I'm always amazed how a yam can taste this good after following my eating plan.  tasted very sweet and very "forbidden".  and the banana in the oatmeal with the banana mashed in...pure heaven.
 

I felt super full when I was done with this meal but I didn't have any trouble eating it all.


----------



## nikegurl (Mar 3, 2003)

Water intake over the weekend slipped a bit - 4 liters each day.  Better than before but not the greatest.  I'll get 6 in today for sure.  8:30 am and 1 liter down.
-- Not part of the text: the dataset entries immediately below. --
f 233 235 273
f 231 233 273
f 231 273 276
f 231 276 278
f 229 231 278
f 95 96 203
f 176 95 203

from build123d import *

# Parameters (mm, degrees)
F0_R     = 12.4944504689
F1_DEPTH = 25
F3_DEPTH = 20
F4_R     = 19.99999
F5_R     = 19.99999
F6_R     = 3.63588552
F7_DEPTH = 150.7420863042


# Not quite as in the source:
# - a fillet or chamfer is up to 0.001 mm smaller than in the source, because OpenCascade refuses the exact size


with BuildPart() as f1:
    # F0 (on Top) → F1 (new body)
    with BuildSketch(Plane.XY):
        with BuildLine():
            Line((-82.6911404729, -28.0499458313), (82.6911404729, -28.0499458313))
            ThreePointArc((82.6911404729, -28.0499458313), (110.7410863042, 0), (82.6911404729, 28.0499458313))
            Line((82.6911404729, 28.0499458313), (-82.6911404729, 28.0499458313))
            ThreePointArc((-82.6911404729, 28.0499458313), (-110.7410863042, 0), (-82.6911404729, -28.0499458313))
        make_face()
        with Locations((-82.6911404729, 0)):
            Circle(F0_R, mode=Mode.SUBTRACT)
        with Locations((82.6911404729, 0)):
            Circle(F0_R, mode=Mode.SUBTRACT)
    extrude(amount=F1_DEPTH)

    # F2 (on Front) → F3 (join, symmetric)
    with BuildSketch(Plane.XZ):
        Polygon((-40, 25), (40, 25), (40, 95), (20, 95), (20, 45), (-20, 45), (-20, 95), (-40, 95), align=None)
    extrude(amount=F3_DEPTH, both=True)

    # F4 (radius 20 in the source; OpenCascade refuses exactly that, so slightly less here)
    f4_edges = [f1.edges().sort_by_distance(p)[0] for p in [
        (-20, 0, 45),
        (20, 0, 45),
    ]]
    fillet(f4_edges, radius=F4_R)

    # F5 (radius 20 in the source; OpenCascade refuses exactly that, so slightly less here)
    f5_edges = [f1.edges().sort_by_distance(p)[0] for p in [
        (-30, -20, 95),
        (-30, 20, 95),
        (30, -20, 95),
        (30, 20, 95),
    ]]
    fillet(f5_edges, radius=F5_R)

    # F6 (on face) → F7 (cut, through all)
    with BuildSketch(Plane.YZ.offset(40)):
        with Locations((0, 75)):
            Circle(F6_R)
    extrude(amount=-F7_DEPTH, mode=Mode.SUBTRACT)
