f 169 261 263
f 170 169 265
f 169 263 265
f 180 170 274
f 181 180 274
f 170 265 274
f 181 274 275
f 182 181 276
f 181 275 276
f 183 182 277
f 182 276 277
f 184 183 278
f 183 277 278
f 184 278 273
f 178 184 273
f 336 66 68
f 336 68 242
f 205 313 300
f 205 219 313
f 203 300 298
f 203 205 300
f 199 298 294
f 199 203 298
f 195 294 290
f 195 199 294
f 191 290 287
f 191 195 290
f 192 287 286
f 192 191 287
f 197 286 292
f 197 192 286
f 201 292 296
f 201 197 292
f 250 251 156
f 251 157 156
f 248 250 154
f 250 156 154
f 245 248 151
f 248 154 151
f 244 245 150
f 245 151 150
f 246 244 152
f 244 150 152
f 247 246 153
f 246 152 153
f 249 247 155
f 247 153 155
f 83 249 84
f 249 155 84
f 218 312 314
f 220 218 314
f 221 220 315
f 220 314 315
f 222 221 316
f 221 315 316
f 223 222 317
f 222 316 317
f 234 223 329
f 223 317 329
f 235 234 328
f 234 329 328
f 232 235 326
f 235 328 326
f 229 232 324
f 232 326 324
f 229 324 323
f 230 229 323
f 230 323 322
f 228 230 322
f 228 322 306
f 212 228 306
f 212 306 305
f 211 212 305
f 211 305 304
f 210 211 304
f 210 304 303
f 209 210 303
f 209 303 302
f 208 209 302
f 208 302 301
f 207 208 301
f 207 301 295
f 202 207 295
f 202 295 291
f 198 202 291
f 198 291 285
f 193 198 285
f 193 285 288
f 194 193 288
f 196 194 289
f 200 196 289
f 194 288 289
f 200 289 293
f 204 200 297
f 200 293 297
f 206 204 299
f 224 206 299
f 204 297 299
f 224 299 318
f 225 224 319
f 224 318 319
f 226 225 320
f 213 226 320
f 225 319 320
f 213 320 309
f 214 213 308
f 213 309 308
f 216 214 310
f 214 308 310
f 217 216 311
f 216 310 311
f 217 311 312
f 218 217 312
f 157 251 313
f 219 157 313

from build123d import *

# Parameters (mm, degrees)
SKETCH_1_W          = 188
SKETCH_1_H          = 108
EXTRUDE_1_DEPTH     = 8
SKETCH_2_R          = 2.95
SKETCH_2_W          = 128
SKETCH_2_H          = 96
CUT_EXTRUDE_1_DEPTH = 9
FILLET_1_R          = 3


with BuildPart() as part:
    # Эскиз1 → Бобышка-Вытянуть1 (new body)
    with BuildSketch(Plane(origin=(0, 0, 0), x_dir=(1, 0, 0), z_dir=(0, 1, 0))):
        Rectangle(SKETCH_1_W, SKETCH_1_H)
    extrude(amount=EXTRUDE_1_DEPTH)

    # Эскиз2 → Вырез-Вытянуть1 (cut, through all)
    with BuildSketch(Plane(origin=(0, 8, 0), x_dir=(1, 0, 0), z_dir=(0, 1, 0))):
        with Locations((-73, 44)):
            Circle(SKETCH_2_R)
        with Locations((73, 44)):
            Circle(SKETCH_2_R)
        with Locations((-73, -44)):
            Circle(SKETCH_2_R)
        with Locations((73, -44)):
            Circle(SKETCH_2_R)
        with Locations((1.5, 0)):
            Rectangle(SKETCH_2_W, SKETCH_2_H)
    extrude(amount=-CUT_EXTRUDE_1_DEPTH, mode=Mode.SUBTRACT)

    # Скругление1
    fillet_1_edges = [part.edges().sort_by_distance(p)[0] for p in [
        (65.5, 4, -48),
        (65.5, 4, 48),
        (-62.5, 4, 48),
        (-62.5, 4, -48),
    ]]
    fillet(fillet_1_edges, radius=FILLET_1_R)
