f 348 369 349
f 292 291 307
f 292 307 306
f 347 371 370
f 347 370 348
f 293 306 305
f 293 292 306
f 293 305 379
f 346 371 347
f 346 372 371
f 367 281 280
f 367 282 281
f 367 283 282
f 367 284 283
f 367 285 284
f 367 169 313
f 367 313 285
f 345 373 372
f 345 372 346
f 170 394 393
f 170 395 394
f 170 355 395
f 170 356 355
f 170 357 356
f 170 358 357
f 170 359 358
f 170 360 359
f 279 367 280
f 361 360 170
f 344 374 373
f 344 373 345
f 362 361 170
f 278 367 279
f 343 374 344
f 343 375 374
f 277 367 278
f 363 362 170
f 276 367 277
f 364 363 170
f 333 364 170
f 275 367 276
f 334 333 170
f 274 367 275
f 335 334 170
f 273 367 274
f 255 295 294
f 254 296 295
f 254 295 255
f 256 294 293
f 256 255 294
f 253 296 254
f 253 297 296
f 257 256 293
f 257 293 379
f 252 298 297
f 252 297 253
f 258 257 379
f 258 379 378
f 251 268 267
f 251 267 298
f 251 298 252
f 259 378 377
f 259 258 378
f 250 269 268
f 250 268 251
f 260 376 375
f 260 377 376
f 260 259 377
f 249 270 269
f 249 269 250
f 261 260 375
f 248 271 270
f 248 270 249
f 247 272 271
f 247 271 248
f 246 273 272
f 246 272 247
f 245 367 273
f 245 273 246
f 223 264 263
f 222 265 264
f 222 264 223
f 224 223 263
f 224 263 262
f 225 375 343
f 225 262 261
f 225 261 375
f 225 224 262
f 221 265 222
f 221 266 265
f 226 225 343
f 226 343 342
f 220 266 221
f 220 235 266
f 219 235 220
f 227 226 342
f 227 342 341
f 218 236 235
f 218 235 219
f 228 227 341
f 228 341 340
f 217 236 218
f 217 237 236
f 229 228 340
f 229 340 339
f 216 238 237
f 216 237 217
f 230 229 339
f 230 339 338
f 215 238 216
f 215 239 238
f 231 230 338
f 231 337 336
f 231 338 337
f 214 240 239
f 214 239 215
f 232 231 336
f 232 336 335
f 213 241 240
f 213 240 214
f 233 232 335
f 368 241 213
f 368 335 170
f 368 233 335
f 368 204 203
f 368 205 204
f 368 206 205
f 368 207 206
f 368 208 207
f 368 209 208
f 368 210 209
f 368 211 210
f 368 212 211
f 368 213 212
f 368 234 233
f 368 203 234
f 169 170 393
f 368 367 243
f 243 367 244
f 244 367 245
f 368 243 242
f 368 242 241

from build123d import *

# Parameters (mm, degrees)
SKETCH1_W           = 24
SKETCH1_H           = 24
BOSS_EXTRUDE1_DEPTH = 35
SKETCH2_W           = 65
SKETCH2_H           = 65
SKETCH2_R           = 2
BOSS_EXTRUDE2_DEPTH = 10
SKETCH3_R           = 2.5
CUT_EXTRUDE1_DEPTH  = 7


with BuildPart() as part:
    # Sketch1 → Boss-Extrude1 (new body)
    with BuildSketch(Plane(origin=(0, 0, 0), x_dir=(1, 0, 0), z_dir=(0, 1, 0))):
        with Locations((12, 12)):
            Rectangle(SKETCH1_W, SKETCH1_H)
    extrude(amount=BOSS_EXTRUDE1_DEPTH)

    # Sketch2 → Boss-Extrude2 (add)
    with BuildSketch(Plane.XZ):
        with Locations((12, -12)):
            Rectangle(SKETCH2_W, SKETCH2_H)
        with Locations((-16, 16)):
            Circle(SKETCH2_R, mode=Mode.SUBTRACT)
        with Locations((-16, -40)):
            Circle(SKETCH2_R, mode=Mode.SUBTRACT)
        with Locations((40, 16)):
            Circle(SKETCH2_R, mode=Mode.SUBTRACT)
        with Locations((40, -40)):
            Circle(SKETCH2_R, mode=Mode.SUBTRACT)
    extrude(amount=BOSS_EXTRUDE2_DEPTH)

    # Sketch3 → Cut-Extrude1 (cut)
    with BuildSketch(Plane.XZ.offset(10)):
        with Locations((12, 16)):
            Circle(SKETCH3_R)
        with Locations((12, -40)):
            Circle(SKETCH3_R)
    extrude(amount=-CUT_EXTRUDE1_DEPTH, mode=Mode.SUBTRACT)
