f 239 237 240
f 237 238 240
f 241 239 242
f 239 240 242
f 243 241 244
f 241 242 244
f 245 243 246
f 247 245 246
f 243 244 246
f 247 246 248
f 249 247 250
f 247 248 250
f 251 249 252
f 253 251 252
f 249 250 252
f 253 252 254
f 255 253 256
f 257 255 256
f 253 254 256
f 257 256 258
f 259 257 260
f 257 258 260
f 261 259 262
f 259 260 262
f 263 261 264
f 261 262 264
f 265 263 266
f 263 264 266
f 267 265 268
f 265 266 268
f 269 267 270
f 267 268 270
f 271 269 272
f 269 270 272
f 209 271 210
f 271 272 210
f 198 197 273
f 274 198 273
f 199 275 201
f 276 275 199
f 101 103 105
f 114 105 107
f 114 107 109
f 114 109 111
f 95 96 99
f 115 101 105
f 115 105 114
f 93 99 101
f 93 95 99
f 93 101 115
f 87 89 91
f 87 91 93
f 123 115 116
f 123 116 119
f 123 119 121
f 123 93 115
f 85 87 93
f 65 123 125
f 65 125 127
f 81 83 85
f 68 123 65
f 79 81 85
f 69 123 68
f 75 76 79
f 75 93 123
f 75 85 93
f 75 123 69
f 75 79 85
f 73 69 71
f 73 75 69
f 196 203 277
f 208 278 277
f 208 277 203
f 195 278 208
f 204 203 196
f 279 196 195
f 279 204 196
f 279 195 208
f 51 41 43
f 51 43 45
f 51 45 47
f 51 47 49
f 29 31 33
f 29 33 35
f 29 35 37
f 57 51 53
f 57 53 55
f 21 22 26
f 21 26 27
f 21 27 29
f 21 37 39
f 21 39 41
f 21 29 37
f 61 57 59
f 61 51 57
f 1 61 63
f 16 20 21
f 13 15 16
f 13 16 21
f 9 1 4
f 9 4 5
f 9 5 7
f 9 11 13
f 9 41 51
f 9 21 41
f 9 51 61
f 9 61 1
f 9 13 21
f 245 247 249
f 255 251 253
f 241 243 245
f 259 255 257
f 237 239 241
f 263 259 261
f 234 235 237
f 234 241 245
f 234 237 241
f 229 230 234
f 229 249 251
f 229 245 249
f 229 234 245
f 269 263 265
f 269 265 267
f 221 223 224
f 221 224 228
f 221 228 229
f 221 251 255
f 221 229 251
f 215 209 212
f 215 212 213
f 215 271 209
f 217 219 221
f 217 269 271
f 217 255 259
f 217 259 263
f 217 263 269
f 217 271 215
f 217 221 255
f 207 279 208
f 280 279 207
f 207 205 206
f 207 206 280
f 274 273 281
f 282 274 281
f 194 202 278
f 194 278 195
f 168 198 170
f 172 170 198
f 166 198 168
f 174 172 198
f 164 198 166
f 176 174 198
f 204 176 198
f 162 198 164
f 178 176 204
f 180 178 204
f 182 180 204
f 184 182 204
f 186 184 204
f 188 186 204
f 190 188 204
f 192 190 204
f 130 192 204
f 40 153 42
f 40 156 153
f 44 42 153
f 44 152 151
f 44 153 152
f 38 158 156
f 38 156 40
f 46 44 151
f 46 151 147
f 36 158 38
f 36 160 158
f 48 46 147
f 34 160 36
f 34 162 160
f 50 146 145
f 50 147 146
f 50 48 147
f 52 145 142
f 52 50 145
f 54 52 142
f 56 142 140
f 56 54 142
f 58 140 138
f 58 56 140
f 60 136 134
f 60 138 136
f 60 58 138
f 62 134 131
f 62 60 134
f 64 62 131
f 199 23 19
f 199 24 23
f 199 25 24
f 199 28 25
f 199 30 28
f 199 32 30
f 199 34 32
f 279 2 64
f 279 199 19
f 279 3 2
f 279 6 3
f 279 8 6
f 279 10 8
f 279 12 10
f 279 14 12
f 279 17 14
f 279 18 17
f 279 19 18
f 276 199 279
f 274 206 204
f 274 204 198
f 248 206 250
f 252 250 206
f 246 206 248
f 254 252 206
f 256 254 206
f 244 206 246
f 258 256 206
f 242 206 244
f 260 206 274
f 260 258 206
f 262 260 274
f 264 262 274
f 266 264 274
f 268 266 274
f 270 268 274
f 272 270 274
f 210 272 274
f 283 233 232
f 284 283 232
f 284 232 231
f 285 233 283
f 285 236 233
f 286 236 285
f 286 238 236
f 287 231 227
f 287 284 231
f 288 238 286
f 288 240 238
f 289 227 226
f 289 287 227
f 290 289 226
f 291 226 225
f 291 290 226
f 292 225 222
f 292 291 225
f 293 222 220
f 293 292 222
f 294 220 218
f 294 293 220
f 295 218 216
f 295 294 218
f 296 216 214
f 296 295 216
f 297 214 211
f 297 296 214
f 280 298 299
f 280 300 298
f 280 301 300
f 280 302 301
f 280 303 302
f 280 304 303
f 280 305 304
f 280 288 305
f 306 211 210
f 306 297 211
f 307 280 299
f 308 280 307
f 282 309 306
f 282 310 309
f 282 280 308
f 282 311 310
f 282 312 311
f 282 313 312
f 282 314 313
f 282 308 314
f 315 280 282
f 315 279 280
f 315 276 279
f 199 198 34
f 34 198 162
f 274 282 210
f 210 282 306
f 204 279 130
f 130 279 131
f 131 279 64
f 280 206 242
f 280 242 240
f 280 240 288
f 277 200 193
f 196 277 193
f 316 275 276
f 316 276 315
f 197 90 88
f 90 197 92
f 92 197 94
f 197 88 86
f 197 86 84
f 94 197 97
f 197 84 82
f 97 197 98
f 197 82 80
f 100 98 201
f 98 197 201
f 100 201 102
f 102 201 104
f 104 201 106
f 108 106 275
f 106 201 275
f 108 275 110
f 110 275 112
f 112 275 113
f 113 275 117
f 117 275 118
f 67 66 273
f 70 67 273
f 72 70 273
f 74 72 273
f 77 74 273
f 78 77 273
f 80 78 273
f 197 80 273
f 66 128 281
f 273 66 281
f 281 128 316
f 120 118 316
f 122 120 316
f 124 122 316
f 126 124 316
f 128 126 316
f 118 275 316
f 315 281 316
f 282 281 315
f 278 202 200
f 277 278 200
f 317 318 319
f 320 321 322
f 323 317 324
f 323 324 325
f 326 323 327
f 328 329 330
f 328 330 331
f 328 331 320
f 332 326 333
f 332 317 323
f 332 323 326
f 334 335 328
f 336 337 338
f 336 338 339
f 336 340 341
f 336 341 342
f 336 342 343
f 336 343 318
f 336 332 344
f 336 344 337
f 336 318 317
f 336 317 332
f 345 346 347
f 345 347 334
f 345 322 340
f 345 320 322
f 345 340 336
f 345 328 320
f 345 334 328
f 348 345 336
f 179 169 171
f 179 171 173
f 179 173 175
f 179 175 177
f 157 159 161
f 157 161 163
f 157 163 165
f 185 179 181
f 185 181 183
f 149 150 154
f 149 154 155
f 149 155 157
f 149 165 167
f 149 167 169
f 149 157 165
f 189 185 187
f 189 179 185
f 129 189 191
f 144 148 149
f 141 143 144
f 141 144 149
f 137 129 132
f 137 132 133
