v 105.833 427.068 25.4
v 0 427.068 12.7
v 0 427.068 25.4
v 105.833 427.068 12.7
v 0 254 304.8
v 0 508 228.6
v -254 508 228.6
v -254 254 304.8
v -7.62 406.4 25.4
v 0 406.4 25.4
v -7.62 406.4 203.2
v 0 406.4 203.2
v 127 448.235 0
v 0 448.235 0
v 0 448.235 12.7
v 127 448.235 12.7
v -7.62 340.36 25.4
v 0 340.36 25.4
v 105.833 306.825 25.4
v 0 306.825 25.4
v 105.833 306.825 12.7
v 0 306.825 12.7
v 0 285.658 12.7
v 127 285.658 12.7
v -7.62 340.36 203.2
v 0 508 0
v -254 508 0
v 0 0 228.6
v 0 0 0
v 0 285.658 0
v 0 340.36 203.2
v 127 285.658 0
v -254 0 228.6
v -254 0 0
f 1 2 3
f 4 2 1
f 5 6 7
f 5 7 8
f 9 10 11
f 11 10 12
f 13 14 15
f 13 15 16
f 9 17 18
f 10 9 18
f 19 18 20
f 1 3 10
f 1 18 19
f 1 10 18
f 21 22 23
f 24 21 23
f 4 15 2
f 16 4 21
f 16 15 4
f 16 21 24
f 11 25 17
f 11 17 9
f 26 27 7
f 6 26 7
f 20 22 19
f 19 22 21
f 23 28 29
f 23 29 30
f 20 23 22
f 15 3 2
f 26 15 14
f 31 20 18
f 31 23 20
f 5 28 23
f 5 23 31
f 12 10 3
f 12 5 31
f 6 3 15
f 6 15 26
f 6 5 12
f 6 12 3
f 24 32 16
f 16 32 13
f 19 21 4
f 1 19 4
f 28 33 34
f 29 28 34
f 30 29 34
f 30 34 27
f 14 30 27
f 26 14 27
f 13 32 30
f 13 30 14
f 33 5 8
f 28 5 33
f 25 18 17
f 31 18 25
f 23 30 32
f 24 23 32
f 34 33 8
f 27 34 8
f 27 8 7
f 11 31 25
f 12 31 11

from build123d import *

# Parameters (mm, degrees)
F2_W     = 127
F2_H     = 162.576706
F3_DEPTH = 12.7
F4_W     = 105.833333
F4_H     = 120.243372
F5_DEPTH = 12.7
F6_DEPTH = 254
F1_W     = 66.04
F1_H     = 177.8
F7_DEPTH = 7.62


with BuildPart() as f3:
    # F2 (on Top) → F3 (new body)
    with BuildSketch(Plane.XY):
        with Locations((63.5, 366.946444)):
            Rectangle(F2_W, F2_H)
    extrude(amount=F3_DEPTH)

    # F4 (on face) → F5 (join)
    with BuildSketch(Plane.XY.offset(12.7)):
        with Locations((52.916666, 366.946444)):
            Rectangle(F4_W, F4_H)
    extrude(amount=F5_DEPTH)

    # F0 (on Right) → F6 (join)
    with BuildSketch(Plane.YZ):
        Polygon((0, 228.6), (0, 0), (508, 0), (508, 228.6), (254, 304.8), align=None)
    extrude(amount=-F6_DEPTH)

    # F1 (on Right) → F7 (cut)
    with BuildSketch(Plane.YZ):
        with Locations((373.38, 114.3)):
            Rectangle(F1_W, F1_H)
    extrude(amount=-F7_DEPTH, mode=Mode.SUBTRACT)


solid = f3.part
Observation - only 1 week of no cheats and I see a difference.  I have to truly accept that with my body small slips DO matter and DO show.


----------



## nikegurl (Mar 3, 2003)

CHEST
SUPERSET CABLE CROSSOVERS & INCLINE DB PRESS
10 x 50 cables + 7 x 35 DB
10 x 40 + 8 x 30 DB

cables first really made those presses harder. 


INCLINE FLYES
10 x 17.5
10 x 20

HAMMER STRENGTH DOUBLE DROPSET
10 x 60 + 9 x 40 + 7 x 20.  


BICEPS
SUPERSET EZ BAR CURL & CGT CHIN
10 x 50 + 9 assisted chins

SUPERSET PREACHER CURL & REVERSE CURL
9 x 35 + 10 x 25

DROPSET - CABLE 1 ARM CURL
9 x 65 + 8 x 35


----------



## jstar (Mar 3, 2003)

Hey Nikegurl  

Your doing great  

I am competing soon and need to increase my H2O intake. Do you find it helps with cravings and feeling hungry?

Keep it up!


----------



## nikegurl (Mar 3, 2003)

thanks jstar.  the water intake is mostly a habit thing.  i had been in the habit of not drinking enough for ages so now i'm changing that pattern.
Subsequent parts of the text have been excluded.